---------- Records to use ----------

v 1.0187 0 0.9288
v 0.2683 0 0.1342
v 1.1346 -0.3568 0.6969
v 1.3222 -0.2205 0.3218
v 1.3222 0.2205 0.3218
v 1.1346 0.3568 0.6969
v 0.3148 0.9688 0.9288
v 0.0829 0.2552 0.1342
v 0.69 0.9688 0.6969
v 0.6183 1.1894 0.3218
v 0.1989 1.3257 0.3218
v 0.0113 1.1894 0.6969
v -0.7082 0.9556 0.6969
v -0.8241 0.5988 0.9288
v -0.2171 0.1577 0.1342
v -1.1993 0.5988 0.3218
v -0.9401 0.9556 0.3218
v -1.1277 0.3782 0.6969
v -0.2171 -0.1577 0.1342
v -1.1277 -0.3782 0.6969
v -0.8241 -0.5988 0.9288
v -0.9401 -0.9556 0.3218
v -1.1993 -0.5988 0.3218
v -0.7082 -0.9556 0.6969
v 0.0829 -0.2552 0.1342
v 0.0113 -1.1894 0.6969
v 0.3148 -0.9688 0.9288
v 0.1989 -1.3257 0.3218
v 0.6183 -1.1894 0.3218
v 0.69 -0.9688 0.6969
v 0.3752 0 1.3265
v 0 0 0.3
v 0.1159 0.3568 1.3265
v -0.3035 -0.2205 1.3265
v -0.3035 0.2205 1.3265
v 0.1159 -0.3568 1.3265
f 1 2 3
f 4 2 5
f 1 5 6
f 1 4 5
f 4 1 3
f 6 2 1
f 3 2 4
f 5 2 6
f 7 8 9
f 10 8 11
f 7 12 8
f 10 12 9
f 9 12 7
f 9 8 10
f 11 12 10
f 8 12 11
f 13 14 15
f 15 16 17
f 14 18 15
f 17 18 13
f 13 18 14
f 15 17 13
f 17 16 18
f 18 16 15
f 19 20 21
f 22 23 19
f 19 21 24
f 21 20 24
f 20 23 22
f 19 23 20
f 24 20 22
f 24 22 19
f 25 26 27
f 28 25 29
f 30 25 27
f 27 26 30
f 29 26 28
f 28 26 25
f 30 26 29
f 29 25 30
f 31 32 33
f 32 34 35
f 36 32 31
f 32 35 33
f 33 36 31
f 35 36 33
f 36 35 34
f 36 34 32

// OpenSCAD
module cells() {
  r = sqrt(3 / (1 + 2*sqrt(5)/5) - 1);
  % for (j = [0, 180]) rotate([0, j, 0])
    for (i = [0:4]) rotate([0, 0, i * 360 / 5])
      for (k = [0, 1])
        rotate([0, -atan(r) - 2*k*atan(r*cos(180/3)), 0])
        rotate([0, 0, 180*k])
        rotate([0, 0, 30])
          translate([0, 0, 0.3]) cylinder(1, 0, r/sqrt(3), $fn=6);

  y = cos(atan(r)) + r/2 * sin(atan(r));
  nr = sqrt(1 + r*r/4 - y*y) / cos(36);
  translate([0, 0, 0.3]) cylinder(y, 0, nr, $fn=5);
  for (i = [0:4]) rotate ([0, 0, i * 72])
  rotate([0, 2*atan(r*cos(180/5)), 0])
  rotate([0, 0, 180]) translate([0, 0, 0.3]) cylinder(y, 0, nr, $fn=5);
}

cells();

----------

What you are asked to do →
Output must consist only of the listing's lines from the first through the line with "v -0.2171 -0.1577 0.1342", reproduced word for word.

Result →
v 1.0187 0 0.9288
v 0.2683 0 0.1342
v 1.1346 -0.3568 0.6969
v 1.3222 -0.2205 0.3218
v 1.3222 0.2205 0.3218
v 1.1346 0.3568 0.6969
v 0.3148 0.9688 0.9288
v 0.0829 0.2552 0.1342
v 0.69 0.9688 0.6969
v 0.6183 1.1894 0.3218
v 0.1989 1.3257 0.3218
v 0.0113 1.1894 0.6969
v -0.7082 0.9556 0.6969
v -0.8241 0.5988 0.9288
v -0.2171 0.1577 0.1342
v -1.1993 0.5988 0.3218
v -0.9401 0.9556 0.3218
v -1.1277 0.3782 0.6969
v -0.2171 -0.1577 0.1342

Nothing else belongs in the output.